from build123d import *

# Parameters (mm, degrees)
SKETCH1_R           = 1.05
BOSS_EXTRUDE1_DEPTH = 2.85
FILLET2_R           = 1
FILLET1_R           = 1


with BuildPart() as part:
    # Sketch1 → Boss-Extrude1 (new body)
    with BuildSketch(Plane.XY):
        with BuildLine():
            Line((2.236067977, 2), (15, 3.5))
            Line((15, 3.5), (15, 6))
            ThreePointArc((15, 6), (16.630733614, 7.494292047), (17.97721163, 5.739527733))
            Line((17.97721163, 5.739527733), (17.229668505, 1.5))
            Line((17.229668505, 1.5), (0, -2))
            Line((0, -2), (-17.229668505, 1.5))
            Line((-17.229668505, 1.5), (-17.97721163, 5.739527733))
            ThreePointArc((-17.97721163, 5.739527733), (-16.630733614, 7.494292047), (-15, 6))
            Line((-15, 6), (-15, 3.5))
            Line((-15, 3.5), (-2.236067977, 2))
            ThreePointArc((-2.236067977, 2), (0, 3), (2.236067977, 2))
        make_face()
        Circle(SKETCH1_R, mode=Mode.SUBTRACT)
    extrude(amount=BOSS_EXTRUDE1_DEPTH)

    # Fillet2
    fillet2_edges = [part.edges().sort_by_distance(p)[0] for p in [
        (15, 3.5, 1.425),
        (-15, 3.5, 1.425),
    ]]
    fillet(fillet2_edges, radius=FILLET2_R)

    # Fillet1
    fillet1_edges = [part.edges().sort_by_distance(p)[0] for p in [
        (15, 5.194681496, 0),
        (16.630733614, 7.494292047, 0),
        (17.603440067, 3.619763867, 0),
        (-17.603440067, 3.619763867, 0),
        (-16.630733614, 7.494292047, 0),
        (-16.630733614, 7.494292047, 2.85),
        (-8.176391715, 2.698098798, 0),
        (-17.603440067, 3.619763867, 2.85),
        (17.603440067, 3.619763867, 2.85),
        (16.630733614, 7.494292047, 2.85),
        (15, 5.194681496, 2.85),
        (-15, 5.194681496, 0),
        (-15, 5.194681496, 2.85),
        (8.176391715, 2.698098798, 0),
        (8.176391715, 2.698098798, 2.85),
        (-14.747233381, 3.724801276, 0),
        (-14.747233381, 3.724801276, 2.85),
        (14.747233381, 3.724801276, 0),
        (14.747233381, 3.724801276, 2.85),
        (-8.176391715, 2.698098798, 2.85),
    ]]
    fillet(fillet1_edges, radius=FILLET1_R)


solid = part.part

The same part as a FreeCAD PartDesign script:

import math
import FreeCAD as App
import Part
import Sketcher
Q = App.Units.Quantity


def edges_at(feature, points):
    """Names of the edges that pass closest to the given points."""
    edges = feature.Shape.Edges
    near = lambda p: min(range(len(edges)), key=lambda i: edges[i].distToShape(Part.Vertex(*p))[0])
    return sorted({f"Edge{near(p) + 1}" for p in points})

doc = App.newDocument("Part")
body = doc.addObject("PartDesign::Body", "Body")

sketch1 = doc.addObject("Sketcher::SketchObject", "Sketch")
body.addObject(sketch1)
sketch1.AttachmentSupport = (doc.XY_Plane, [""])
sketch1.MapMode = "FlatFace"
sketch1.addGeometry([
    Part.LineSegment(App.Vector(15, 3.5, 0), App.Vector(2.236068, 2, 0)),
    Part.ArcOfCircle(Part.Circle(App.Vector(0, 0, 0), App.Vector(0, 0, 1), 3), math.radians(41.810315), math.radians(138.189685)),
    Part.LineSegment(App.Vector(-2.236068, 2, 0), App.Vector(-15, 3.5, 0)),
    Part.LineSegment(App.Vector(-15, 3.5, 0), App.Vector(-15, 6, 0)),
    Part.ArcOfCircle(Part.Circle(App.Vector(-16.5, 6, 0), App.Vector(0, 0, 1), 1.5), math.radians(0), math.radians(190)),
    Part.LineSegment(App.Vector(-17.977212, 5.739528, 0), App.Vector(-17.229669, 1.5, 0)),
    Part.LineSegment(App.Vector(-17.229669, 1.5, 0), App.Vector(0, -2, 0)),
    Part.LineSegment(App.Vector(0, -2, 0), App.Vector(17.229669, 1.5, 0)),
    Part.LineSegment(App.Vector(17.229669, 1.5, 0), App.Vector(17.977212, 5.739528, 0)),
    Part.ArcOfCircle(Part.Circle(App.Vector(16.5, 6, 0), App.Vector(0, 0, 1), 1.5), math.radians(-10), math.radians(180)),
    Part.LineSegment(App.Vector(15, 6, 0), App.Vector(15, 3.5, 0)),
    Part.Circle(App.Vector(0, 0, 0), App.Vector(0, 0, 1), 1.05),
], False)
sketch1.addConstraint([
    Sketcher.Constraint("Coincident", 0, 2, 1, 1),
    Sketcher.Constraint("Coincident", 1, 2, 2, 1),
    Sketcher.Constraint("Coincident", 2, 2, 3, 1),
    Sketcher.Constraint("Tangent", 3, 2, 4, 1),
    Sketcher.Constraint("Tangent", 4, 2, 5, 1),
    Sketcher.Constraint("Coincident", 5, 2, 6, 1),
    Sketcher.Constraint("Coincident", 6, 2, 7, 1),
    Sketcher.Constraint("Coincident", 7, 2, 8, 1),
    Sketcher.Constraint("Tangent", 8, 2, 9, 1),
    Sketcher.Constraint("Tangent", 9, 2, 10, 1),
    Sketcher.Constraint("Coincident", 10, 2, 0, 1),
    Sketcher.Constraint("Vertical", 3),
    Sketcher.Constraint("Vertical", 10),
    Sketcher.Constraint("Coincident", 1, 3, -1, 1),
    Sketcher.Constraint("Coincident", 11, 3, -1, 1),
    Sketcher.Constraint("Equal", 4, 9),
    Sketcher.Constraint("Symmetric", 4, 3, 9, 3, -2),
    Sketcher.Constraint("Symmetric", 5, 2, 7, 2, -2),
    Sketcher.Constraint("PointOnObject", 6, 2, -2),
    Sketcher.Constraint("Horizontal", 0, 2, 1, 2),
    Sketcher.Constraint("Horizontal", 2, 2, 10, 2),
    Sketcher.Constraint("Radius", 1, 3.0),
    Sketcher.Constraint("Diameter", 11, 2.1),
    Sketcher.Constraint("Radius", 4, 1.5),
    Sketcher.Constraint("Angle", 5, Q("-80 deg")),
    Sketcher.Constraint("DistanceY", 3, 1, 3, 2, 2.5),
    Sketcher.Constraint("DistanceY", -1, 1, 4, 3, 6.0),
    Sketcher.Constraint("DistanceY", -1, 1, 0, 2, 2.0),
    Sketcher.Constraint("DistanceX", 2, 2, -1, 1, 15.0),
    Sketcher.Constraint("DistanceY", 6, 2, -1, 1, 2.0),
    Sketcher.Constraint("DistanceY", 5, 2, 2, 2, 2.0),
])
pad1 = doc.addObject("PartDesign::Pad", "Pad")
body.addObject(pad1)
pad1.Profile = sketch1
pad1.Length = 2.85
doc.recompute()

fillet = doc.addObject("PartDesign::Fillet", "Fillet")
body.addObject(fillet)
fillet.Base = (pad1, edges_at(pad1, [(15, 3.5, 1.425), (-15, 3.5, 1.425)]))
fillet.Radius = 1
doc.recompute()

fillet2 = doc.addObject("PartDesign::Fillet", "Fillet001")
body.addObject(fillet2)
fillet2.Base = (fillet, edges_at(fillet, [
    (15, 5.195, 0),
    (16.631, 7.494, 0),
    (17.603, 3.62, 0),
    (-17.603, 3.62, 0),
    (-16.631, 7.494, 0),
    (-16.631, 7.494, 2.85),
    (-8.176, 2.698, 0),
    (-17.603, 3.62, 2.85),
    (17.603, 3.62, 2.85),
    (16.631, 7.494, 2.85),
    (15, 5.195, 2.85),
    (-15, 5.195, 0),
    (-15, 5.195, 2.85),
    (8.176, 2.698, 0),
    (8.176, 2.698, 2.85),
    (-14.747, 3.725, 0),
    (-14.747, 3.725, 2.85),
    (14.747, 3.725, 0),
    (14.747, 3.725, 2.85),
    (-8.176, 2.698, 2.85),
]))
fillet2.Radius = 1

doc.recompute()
--
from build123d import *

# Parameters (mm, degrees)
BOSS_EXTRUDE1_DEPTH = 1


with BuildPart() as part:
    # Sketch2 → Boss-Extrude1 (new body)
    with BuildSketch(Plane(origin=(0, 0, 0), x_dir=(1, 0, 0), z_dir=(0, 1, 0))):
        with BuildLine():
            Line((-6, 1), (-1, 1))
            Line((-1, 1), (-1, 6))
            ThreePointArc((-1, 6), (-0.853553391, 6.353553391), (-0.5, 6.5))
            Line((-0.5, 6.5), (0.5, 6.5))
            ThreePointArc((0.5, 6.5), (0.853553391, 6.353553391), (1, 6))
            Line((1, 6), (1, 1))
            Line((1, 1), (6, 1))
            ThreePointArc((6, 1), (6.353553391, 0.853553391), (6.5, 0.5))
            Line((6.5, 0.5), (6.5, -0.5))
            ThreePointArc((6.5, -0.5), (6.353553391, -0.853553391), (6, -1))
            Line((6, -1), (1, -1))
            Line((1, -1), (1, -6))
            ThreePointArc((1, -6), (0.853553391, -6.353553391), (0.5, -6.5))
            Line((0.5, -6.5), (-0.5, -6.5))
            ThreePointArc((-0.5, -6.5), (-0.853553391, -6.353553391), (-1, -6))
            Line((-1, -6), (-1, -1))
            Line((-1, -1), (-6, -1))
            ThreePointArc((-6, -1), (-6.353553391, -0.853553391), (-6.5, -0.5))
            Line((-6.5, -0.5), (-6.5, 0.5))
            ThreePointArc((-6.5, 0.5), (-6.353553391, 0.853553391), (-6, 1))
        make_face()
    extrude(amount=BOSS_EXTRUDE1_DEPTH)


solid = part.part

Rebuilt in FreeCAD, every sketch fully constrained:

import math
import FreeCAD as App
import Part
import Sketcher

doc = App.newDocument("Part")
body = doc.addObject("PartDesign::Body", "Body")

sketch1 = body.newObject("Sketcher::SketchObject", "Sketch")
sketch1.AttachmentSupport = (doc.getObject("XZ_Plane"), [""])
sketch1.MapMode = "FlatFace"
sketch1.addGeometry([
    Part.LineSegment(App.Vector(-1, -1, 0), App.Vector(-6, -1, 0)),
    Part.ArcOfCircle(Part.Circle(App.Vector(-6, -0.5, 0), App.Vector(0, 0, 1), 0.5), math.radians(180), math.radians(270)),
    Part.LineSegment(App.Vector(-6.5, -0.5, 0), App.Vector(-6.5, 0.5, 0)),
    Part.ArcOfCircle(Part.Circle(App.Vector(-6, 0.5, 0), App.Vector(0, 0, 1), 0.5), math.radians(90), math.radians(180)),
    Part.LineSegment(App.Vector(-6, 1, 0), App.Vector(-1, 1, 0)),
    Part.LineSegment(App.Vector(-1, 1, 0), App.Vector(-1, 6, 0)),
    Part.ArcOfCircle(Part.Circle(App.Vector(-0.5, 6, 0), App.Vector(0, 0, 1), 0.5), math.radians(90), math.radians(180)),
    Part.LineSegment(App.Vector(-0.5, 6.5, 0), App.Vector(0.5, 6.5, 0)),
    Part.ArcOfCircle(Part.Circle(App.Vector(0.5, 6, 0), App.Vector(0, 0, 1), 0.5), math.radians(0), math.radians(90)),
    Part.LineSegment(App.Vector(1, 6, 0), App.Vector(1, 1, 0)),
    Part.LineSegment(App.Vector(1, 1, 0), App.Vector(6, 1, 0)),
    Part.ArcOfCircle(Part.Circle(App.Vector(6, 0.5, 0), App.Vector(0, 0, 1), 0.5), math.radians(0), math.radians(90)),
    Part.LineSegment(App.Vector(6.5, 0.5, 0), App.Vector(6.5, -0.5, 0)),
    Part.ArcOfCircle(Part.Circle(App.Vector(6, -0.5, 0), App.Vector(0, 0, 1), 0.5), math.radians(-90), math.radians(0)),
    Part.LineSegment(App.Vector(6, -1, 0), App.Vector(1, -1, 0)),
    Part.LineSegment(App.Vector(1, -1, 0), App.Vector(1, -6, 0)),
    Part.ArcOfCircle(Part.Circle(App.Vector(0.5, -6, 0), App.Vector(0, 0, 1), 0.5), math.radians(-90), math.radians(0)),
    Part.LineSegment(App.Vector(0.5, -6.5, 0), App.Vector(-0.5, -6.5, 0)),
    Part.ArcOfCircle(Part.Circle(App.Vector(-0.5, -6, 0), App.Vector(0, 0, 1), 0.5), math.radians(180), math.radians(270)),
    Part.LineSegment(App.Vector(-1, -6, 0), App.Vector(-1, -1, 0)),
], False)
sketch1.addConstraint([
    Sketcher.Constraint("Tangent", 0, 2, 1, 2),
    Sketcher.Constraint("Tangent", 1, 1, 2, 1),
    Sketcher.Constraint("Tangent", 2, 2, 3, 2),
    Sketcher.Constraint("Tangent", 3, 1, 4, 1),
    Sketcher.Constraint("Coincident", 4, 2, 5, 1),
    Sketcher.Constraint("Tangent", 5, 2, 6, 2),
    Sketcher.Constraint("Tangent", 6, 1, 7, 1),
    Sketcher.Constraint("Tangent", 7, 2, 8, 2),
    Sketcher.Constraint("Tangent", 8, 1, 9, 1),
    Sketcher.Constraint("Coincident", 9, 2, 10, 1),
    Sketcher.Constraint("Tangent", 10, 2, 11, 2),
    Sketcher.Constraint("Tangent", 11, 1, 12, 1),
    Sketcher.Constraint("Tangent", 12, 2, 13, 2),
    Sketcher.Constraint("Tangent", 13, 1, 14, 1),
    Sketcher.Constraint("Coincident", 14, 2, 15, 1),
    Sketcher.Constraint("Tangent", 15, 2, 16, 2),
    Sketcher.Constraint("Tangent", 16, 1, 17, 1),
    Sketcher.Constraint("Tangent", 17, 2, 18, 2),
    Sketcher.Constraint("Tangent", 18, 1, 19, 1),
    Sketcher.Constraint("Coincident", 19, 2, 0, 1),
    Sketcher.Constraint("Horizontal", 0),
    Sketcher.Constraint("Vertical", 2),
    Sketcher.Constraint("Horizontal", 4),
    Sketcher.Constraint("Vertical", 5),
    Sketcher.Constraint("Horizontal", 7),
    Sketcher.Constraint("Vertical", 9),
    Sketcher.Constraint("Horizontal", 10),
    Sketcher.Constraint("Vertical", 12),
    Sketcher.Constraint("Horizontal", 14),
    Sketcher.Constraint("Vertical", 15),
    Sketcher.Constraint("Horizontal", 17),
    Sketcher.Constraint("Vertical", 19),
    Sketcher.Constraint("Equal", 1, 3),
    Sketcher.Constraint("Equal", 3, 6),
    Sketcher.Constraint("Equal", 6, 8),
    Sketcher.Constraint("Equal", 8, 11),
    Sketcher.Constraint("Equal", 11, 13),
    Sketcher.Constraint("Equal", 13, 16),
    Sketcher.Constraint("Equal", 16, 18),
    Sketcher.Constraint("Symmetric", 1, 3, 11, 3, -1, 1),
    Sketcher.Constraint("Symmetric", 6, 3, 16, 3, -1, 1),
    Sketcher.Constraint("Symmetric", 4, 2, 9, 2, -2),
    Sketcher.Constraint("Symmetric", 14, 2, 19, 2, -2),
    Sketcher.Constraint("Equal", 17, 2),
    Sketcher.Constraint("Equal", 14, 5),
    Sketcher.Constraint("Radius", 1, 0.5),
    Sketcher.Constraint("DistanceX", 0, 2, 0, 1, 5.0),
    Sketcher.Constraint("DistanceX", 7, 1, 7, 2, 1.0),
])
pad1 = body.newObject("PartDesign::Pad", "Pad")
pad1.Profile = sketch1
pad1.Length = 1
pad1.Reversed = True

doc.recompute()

**ASSIGNMENT**
Look above for the line containing "Line((1, -1), (1, -6))" and the line containing "Line((-1, -1), (-6, -1))". Transcribe both, with the lines between them, exactly.

**FINAL ANSWER**
            Line((1, -1), (1, -6))
            ThreePointArc((1, -6), (0.853553391, -6.353553391), (0.5, -6.5))
            Line((0.5, -6.5), (-0.5, -6.5))
            ThreePointArc((-0.5, -6.5), (-0.853553391, -6.353553391), (-1, -6))
            Line((-1, -6), (-1, -1))
            Line((-1, -1), (-6, -1))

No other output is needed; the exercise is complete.